Your paranoia isn’t unjustified. 2020 was a cybercrime record year. 53% of respondents to the State of Cybersecurity 2020 study from ISACA foresee a cyber-attack within 12 months. The fastest rising form of crime in the US is cyber-attacks. Cyber-crime damage is expected to hit $6 trillion next year globally. That’s 57x of the 2015 damage.
In short, 2021 will be a year in which companies will remain highly worried. Vigilance or wariness would not be relaxed. In order to continue to affect the cybersecurity industry at large, we should all be ready for a paranoid mood.
Passwords in Question
Passwords have felt a bit like 1995 for a while now. The memorization, the “I forgot my password” link clicked. But the flimsy protection of passwords, above all. Again, here’s Javvad Malik:
“The turning point for passwords will be 2021. With FIDO and MFA developments and adoption, we can see less new platforms providing only passwords as a means of authentication.
This is no surprise, given the risks of using passwords. One of the leading causes of data breaches remains bad password conduct (itgovernancedoteu). Nordpass and partners show that when it comes to formulating passwords, people are always as lazy as ever; and this goes as much for employees of the company as your mom. Of the 275,699,516 passwords associated with 2020 data breaches, just 44% of them were substantially “unique.”
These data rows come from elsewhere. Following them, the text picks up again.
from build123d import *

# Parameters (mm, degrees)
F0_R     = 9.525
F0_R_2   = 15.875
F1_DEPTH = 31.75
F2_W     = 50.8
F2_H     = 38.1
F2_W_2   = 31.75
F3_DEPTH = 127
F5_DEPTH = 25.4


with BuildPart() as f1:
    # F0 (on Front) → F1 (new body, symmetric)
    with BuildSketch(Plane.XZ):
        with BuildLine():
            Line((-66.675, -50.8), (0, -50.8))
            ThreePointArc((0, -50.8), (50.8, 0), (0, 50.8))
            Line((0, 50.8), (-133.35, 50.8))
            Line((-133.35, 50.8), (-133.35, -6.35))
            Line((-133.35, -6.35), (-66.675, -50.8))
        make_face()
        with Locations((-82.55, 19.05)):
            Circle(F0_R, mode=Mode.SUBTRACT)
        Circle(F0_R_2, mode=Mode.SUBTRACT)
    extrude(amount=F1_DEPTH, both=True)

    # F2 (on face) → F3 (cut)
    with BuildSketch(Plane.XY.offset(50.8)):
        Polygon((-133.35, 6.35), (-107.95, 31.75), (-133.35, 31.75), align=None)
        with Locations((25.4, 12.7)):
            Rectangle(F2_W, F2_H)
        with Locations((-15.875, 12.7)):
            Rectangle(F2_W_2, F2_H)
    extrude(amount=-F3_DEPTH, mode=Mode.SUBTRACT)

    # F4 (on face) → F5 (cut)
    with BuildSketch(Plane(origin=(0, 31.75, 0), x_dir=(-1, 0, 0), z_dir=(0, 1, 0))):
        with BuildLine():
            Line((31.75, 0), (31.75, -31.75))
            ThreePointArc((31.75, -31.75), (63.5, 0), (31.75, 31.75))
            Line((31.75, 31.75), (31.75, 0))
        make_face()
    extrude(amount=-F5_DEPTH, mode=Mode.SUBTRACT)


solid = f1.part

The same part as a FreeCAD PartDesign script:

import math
import FreeCAD as App
import Part
import Sketcher
from FreeCAD import Vector
Q = App.Units.Quantity


def add_polygon(sketch, points):
    """Adds a closed chain of lines whose ends are joined by coincident constraints."""
    first, n = sketch.GeometryCount, len(points)
    for a, b in zip(points, points[1:] + points[:1]):
        sketch.addGeometry(Part.LineSegment(App.Vector(*a, 0), App.Vector(*b, 0)), False)
    for i in range(n):
        sketch.addConstraint(Sketcher.Constraint("Coincident", first + i, 2, first + (i + 1) % n, 1))

doc = App.newDocument("Part")
body = doc.addObject("PartDesign::Body", "Body")

sketch1 = doc.addObject("Sketcher::SketchObject", "Sketch")
body.addObject(sketch1)
sketch1.AttachmentSupport = (doc.XZ_Plane, [""])
sketch1.MapMode = "FlatFace"
sketch1.addGeometry(Part.LineSegment(Vector(-66.675, -50.8, 0), Vector(0, -50.8, 0)), False)
sketch1.addGeometry(Part.ArcOfCircle(Part.Circle(Vector(0, 0, 0), Vector(0, 0, 1), 50.8), math.radians(-90), math.radians(90)), False)
sketch1.addGeometry(Part.LineSegment(Vector(0, 50.8, 0), Vector(-133.35, 50.8, 0)), False)
sketch1.addGeometry(Part.LineSegment(Vector(-133.35, 50.8, 0), Vector(-133.35, -6.35, 0)), False)
sketch1.addGeometry(Part.LineSegment(Vector(-133.35, -6.35, 0), Vector(-66.675, -50.8, 0)), False)
sketch1.addGeometry(Part.Circle(Vector(0, 0, 0), Vector(0, 0, 1), 15.875), False)
sketch1.addGeometry(Part.Circle(Vector(-82.55, 19.05, 0), Vector(0, 0, 1), 9.525), False)
sketch1.addConstraint(Sketcher.Constraint("Tangent", 0, 2, 1, 1))
sketch1.addConstraint(Sketcher.Constraint("Tangent", 1, 2, 2, 1))
sketch1.addConstraint(Sketcher.Constraint("Coincident", 2, 2, 3, 1))
sketch1.addConstraint(Sketcher.Constraint("Coincident", 3, 2, 4, 1))
sketch1.addConstraint(Sketcher.Constraint("Coincident", 4, 2, 0, 1))
sketch1.addConstraint(Sketcher.Constraint("Horizontal", 0))
sketch1.addConstraint(Sketcher.Constraint("Horizontal", 2))
sketch1.addConstraint(Sketcher.Constraint("Vertical", 3))
sketch1.addConstraint(Sketcher.Constraint("Coincident", 1, 3, -1, 1))
sketch1.addConstraint(Sketcher.Constraint("Coincident", 5, 3, -1, 1))
sketch1.addConstraint(Sketcher.Constraint("Radius", 1, Q("2 in")))
sketch1.addConstraint(Sketcher.Constraint("Diameter", 5, Q("1.25 in")))
sketch1.addConstraint(Sketcher.Constraint("Diameter", 6, Q("0.75 in")))
sketch1.addConstraint(Sketcher.Constraint("DistanceX", 2, 2, 6, 3, Q("2 in")))
sketch1.addConstraint(Sketcher.Constraint("DistanceY", 3, 2, 6, 3, Q("1 in")))
sketch1.addConstraint(Sketcher.Constraint("DistanceX", 2, 2, 2, 1, Q("5.25 in")))
sketch1.addConstraint(Sketcher.Constraint("DistanceY", 3, 2, 3, 1, Q("2.25 in")))
sketch1.addConstraint(Sketcher.Constraint("DistanceX", 0, 1, 0, 2, Q("2.625 in")))
pad1 = doc.addObject("PartDesign::Pad", "Pad")
body.addObject(pad1)
pad1.Profile = sketch1
pad1.Length = Q("2.5 in")
pad1.Midplane = True

sketch2 = doc.addObject("Sketcher::SketchObject", "Sketch001")
body.addObject(sketch2)
sketch2.AttachmentSupport = (doc.XY_Plane, [""])
sketch2.MapMode = "FlatFace"
sketch2.AttachmentOffset = App.Placement(Vector(0, 0, 2 * 25.4), App.Rotation())
add_polygon(sketch2, [(-133.35, 6.35), (-107.95, 31.75), (-133.35, 31.75)])
add_polygon(sketch2, [(50.8, -6.35), (50.8, 31.75), (-31.75, 31.75), (-31.75, -6.35)])
sketch2.addConstraint(Sketcher.Constraint("Horizontal", 1))
sketch2.addConstraint(Sketcher.Constraint("Vertical", 2))
sketch2.addConstraint(Sketcher.Constraint("Vertical", 3))
sketch2.addConstraint(Sketcher.Constraint("Horizontal", 4))
sketch2.addConstraint(Sketcher.Constraint("Vertical", 5))
sketch2.addConstraint(Sketcher.Constraint("Horizontal", 6))
sketch2.addConstraint(Sketcher.Constraint("Horizontal", 1, 2, 3, 2))
sketch2.addConstraint(Sketcher.Constraint("Equal", 1, 2))
sketch2.addConstraint(Sketcher.Constraint("DistanceX", 1, 2, 1, 1, Q("1 in")))
sketch2.addConstraint(Sketcher.Constraint("DistanceY", 3, 1, 3, 2, Q("1.5 in")))
sketch2.addConstraint(Sketcher.Constraint("DistanceX", -1, 1, 3, 2, Q("2 in")))
sketch2.addConstraint(Sketcher.Constraint("DistanceX", 0, 2, 4, 2, Q("3 in")))
sketch2.addConstraint(Sketcher.Constraint("DistanceX", 4, 2, 4, 1, Q("3.25 in")))
sketch2.addConstraint(Sketcher.Constraint("DistanceY", -1, 1, 0, 2, Q("1.25 in")))
pocket1 = doc.addObject("PartDesign::Pocket", "Pocket")
body.addObject(pocket1)
pocket1.Profile = sketch2
pocket1.Length = Q("5 in")

sketch3 = doc.addObject("Sketcher::SketchObject", "Sketch002")
body.addObject(sketch3)
sketch3.AttachmentSupport = (doc.XZ_Plane, [""])
sketch3.MapMode = "FlatFace"
sketch3.AttachmentOffset = App.Placement(Vector(0, 0, -1.25 * 25.4), App.Rotation())
sketch3.addGeometry(Part.ArcOfCircle(Part.Circle(Vector(-31.75, 0, 0), Vector(0, 0, 1), 31.75), math.radians(90), math.radians(270)), False)
sketch3.addGeometry(Part.LineSegment(Vector(-31.75, 31.75, 0), Vector(-31.75, -31.75, 0)), False)
sketch3.addConstraint(Sketcher.Constraint("Coincident", 0, 1, 1, 1))
sketch3.addConstraint(Sketcher.Constraint("Coincident", 1, 2, 0, 2))
sketch3.addConstraint(Sketcher.Constraint("Vertical", 1))
sketch3.addConstraint(Sketcher.Constraint("PointOnObject", 0, 3, -1))
sketch3.addConstraint(Sketcher.Constraint("Radius", 0, Q("1.25 in")))
sketch3.addConstraint(Sketcher.Constraint("DistanceX", 0, 3, -1, 1, Q("1.25 in")))
sketch3.addConstraint(Sketcher.Constraint("DistanceX", 0, 1, -1, 1, Q("1.25 in")))
pocket2 = doc.addObject("PartDesign::Pocket", "Pocket001")
body.addObject(pocket2)
pocket2.Profile = sketch3
pocket2.Length = Q("1 in")
pocket2.Reversed = True

doc.recompute()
As per Nordpass dot com, the most common password? “123456,” which is used by more than 2,5 million people. In fact, it was disclosed during the Authenticate 2020 conference of the FIDO Alliance that different government units and agencies have accepted FIDO standards and are now implementing them alongside current digital ID policies.
On the other hand, MFA (multi-factor authorization), on the other hand, is now considered one of the best cybersecurity practices and is seeing increased acceptance within organizations across various industries. In 2021, both these patterns will increase.
Javvad, however, also predicts that attacks against MFA or passwordless technologies will increase:. “Examples of SIM hijacking to obtain SMS codes have already been seen, but this is likely to ramp up and we’re going to start seeing bigger and worse attacks.”
(SIM jacking sees bad actors using social engineering tactics to trick cell phone companies into assigning the phone number of a target to a new SIM.) A Private Industry Notification (PIN) document has been released by the Federal Bureau of Investigation (FBI) outlining how cybercriminals attempt to bypass MFA on their victim’s phones.
While MFA is not flawless, however, it stays a lot better than the humble password! Expect next year to be a year where passwords are relied on by a significant minority of services.
Ready for 2021 Ourselves
If 2020 has taught us something, then the future is uncertain at all times. No-one knows what 2021 will hold for sure.I assume, however, that the three patterns listed here are pretty firm bets. We need to do our best to look into our crystal balls as we all continue to develop business agility and business resilience for 2021.
I hope my fortune-telling proves to be of value to you here.